BEGIN
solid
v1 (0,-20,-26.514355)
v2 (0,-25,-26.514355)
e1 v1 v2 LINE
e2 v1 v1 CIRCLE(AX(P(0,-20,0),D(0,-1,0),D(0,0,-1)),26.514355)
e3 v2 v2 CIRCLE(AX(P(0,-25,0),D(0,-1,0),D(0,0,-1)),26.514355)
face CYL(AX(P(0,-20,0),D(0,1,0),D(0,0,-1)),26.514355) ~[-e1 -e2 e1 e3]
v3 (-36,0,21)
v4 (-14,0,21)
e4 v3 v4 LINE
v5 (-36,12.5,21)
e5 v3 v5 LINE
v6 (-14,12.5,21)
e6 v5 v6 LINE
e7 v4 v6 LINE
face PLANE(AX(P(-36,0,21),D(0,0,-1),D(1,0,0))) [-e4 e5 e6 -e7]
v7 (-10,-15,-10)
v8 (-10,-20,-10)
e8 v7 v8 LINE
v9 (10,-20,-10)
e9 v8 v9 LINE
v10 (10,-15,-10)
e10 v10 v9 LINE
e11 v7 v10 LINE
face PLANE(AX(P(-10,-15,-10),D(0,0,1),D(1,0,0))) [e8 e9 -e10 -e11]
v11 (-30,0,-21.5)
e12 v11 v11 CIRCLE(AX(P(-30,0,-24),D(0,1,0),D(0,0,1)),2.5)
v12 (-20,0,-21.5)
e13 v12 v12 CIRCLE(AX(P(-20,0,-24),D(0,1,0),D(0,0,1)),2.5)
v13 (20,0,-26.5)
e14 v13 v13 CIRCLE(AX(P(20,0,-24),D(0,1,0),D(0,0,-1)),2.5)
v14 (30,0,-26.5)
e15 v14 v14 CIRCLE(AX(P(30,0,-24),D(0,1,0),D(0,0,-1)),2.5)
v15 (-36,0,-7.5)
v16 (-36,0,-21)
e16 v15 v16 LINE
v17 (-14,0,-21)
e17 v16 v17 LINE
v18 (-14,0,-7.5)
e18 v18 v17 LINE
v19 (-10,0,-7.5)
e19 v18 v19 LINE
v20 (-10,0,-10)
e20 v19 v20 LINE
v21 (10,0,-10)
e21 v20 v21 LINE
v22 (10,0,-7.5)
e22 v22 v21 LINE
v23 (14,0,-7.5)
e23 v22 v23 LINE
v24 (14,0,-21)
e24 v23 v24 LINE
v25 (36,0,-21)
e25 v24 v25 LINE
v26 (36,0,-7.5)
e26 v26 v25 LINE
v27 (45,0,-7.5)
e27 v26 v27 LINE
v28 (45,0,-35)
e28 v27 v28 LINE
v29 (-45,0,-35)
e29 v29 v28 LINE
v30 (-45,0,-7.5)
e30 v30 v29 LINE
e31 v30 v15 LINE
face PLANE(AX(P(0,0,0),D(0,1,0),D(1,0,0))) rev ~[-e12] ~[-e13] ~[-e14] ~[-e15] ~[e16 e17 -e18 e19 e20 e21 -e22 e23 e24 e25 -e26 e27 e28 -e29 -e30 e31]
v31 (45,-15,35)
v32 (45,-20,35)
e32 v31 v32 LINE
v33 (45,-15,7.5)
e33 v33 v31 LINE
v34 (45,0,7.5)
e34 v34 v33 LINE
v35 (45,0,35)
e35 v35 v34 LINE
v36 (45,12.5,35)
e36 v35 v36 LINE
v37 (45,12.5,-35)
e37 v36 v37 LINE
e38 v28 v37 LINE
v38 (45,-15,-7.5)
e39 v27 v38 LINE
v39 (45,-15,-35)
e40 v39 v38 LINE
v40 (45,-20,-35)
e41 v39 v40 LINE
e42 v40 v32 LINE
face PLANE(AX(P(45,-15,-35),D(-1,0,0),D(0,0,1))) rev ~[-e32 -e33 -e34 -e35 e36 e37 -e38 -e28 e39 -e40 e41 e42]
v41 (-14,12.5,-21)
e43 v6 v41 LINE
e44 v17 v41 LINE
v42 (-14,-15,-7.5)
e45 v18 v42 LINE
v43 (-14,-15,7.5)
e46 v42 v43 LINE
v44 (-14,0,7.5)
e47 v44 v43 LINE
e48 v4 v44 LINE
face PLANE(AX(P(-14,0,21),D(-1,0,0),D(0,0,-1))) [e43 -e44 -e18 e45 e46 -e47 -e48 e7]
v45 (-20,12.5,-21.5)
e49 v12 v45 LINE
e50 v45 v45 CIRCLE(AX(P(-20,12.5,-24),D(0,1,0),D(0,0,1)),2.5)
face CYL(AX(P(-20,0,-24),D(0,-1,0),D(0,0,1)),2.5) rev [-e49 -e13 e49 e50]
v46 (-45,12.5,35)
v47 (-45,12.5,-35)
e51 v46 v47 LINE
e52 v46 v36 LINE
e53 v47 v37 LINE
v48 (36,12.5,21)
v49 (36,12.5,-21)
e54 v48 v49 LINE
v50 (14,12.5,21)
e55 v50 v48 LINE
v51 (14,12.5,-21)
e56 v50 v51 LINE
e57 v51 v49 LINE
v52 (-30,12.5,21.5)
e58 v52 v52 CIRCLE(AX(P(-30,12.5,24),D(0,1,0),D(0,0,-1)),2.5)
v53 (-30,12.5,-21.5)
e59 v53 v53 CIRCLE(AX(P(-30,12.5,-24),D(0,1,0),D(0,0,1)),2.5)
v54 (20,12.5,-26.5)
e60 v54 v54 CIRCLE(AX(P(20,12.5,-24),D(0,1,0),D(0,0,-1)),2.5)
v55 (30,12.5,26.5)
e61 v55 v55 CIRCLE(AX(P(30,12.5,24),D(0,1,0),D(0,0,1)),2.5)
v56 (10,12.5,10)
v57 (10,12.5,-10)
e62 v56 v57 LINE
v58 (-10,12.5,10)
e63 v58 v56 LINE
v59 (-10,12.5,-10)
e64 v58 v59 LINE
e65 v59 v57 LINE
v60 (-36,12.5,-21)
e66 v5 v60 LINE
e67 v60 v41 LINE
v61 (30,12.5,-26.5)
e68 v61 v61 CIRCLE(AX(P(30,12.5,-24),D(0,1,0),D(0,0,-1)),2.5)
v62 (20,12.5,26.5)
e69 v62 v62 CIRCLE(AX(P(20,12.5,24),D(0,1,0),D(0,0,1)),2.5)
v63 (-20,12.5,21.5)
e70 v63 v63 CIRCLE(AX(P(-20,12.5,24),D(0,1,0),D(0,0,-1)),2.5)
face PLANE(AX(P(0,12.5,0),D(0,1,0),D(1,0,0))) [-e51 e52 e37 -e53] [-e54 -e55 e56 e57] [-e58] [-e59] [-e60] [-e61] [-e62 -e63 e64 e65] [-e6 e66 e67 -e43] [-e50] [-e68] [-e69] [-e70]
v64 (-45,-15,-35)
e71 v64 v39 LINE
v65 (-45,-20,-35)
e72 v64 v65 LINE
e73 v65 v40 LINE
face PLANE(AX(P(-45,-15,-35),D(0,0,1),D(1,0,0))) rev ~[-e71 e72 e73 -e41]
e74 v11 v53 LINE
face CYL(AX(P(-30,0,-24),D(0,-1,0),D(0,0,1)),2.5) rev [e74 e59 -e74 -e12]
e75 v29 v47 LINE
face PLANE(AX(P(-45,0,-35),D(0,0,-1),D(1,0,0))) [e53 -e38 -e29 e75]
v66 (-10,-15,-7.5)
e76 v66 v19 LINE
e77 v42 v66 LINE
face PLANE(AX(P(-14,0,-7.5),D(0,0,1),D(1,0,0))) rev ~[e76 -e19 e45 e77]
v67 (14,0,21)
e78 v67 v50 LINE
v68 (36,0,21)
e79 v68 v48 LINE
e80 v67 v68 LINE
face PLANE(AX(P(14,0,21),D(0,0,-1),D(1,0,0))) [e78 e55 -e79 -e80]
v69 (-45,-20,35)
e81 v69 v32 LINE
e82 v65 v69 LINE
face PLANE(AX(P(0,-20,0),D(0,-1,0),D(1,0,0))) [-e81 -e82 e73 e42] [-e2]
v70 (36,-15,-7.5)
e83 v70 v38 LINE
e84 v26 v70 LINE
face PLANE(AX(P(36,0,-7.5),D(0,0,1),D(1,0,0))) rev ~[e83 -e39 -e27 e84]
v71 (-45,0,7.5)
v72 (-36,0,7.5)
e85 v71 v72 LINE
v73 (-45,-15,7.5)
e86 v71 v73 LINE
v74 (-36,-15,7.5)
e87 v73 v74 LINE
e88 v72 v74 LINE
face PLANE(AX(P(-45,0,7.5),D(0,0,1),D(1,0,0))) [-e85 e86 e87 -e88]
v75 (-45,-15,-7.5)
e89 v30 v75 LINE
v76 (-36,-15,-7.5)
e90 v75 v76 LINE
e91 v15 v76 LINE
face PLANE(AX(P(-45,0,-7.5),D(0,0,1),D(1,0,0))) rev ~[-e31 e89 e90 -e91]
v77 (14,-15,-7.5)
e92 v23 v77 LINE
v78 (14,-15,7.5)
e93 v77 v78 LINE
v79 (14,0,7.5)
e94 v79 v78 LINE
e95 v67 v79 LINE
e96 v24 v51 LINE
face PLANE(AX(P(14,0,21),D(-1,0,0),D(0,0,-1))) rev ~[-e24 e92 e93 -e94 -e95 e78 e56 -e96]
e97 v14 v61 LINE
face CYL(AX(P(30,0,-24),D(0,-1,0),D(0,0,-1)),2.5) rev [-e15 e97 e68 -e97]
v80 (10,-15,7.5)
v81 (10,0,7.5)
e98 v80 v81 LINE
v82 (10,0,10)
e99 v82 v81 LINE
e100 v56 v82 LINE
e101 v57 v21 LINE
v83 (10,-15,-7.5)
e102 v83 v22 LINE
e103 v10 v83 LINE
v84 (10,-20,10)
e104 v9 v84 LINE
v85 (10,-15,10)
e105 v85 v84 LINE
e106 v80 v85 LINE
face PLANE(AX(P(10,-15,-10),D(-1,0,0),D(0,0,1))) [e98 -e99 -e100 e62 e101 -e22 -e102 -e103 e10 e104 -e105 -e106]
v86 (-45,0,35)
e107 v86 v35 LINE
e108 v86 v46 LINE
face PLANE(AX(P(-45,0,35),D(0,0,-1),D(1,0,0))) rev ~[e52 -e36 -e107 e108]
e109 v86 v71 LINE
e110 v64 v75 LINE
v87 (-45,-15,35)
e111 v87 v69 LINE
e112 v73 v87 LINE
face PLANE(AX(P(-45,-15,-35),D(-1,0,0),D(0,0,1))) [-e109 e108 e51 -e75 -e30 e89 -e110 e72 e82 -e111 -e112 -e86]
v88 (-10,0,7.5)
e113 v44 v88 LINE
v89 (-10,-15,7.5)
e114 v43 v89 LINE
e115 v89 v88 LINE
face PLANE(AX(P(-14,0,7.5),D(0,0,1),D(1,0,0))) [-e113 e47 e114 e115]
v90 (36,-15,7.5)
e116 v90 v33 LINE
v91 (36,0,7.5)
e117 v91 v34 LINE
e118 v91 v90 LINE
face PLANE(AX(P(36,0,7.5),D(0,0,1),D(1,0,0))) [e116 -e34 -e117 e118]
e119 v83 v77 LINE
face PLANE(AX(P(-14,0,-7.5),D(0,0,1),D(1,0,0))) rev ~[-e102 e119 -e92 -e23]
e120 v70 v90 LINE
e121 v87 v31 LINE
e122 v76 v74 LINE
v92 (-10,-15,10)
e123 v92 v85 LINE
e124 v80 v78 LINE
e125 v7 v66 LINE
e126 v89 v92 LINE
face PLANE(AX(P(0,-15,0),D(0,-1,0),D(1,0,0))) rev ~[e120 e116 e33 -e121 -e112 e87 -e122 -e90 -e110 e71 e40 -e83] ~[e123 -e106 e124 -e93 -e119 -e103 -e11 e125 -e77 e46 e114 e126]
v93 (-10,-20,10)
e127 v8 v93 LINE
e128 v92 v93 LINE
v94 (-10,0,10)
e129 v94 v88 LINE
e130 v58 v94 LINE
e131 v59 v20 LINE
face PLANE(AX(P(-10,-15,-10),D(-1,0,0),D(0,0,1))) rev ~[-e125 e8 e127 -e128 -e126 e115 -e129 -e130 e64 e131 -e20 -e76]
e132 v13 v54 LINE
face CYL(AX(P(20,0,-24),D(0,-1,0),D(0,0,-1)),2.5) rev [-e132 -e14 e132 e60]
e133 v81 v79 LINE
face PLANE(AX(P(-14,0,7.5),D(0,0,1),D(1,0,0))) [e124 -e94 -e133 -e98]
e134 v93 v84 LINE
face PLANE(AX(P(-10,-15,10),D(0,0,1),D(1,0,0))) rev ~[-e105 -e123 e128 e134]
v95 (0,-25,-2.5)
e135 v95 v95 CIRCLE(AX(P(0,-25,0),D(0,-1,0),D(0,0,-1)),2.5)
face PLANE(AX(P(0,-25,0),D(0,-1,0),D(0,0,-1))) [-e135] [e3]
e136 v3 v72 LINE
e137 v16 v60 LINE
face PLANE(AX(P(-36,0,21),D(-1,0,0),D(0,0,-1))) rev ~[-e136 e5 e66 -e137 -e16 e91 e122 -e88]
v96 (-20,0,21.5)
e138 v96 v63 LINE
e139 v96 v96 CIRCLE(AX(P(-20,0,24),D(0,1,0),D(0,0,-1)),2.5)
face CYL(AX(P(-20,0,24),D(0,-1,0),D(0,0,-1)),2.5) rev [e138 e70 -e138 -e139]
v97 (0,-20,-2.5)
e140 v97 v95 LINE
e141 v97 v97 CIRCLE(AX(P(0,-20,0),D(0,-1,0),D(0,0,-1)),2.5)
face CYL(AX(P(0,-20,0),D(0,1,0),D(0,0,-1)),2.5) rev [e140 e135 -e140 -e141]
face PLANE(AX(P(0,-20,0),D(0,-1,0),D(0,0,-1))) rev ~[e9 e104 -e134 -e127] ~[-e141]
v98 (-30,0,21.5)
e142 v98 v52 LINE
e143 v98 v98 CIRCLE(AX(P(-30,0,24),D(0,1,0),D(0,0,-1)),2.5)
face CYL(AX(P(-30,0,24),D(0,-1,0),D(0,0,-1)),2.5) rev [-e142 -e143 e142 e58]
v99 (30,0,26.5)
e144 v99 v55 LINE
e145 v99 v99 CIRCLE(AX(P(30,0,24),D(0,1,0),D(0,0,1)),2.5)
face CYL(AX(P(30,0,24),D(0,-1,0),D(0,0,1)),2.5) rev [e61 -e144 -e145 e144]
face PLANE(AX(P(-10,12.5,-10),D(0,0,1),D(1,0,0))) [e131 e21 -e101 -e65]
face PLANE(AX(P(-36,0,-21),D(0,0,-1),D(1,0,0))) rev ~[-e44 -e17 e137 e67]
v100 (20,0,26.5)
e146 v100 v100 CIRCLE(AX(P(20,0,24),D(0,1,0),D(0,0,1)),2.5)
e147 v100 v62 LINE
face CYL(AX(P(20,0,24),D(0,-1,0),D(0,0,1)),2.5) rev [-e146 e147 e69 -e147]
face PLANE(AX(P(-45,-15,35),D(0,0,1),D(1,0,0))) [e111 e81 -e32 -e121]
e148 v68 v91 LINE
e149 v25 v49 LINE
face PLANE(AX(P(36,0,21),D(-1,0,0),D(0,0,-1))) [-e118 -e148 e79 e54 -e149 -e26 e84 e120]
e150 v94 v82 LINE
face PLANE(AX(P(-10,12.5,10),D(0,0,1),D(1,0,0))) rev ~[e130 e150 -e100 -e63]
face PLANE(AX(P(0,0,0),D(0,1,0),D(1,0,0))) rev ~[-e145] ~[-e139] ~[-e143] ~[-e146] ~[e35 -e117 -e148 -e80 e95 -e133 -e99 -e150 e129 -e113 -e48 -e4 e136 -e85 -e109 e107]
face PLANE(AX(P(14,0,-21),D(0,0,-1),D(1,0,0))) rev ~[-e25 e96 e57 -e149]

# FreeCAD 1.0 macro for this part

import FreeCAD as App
import Part
import Sketcher


def add_polygon(sketch, points):
    """Adds a closed chain of lines whose ends are joined by coincident constraints."""
    first, n = sketch.GeometryCount, len(points)
    for a, b in zip(points, points[1:] + points[:1]):
        sketch.addGeometry(Part.LineSegment(App.Vector(*a, 0), App.Vector(*b, 0)), False)
    for i in range(n):
        sketch.addConstraint(Sketcher.Constraint("Coincident", first + i, 2, first + (i + 1) % n, 1))

doc = App.newDocument("Part")
body = doc.addObject("PartDesign::Body", "Body")

sketch1 = body.newObject("Sketcher::SketchObject", "Sketch")
sketch1.AttachmentSupport = (doc.getObject("XZ_Plane"), [""])
sketch1.MapMode = "FlatFace"
add_polygon(sketch1, [(-45, -35), (-45, 35), (45, 35), (45, -35)])
sketch1.addGeometry(Part.Circle(App.Vector(-30, 24, 0), App.Vector(0, 0, 1), 2.5), False)
sketch1.addGeometry(Part.Circle(App.Vector(-20, 24, 0), App.Vector(0, 0, 1), 2.5), False)
sketch1.addGeometry(Part.Circle(App.Vector(20, 24, 0), App.Vector(0, 0, 1), 2.5), False)
sketch1.addGeometry(Part.Circle(App.Vector(30, 24, 0), App.Vector(0, 0, 1), 2.5), False)
add_polygon(sketch1, [(-14, 21), (-36, 21), (-36, -21), (-14, -21)])
sketch1.addGeometry(Part.Circle(App.Vector(-30, -24, 0), App.Vector(0, 0, 1), 2.5), False)
sketch1.addGeometry(Part.Circle(App.Vector(-20, -24, 0), App.Vector(0, 0, 1), 2.5), False)
add_polygon(sketch1, [(36, 21), (14, 21), (14, -21), (36, -21)])
sketch1.addGeometry(Part.Circle(App.Vector(20, -24, 0), App.Vector(0, 0, 1), 2.5), False)
sketch1.addGeometry(Part.Circle(App.Vector(30, -24, 0), App.Vector(0, 0, 1), 2.5), False)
END
Here the job is to set down exactly the lines of the material above that fall between the one with "e8 v7 v8 LINE" and the one with "v13 (20,0,-26.5)", inclusive, and nothing beyond them.

** Expected answer **
e8 v7 v8 LINE
v9 (10,-20,-10)
e9 v8 v9 LINE
v10 (10,-15,-10)
e10 v10 v9 LINE
e11 v7 v10 LINE
face PLANE(AX(P(-10,-15,-10),D(0,0,1),D(1,0,0))) [e8 e9 -e10 -e11]
v11 (-30,0,-21.5)
e12 v11 v11 CIRCLE(AX(P(-30,0,-24),D(0,1,0),D(0,0,1)),2.5)
v12 (-20,0,-21.5)
e13 v12 v12 CIRCLE(AX(P(-20,0,-24),D(0,1,0),D(0,0,1)),2.5)
v13 (20,0,-26.5)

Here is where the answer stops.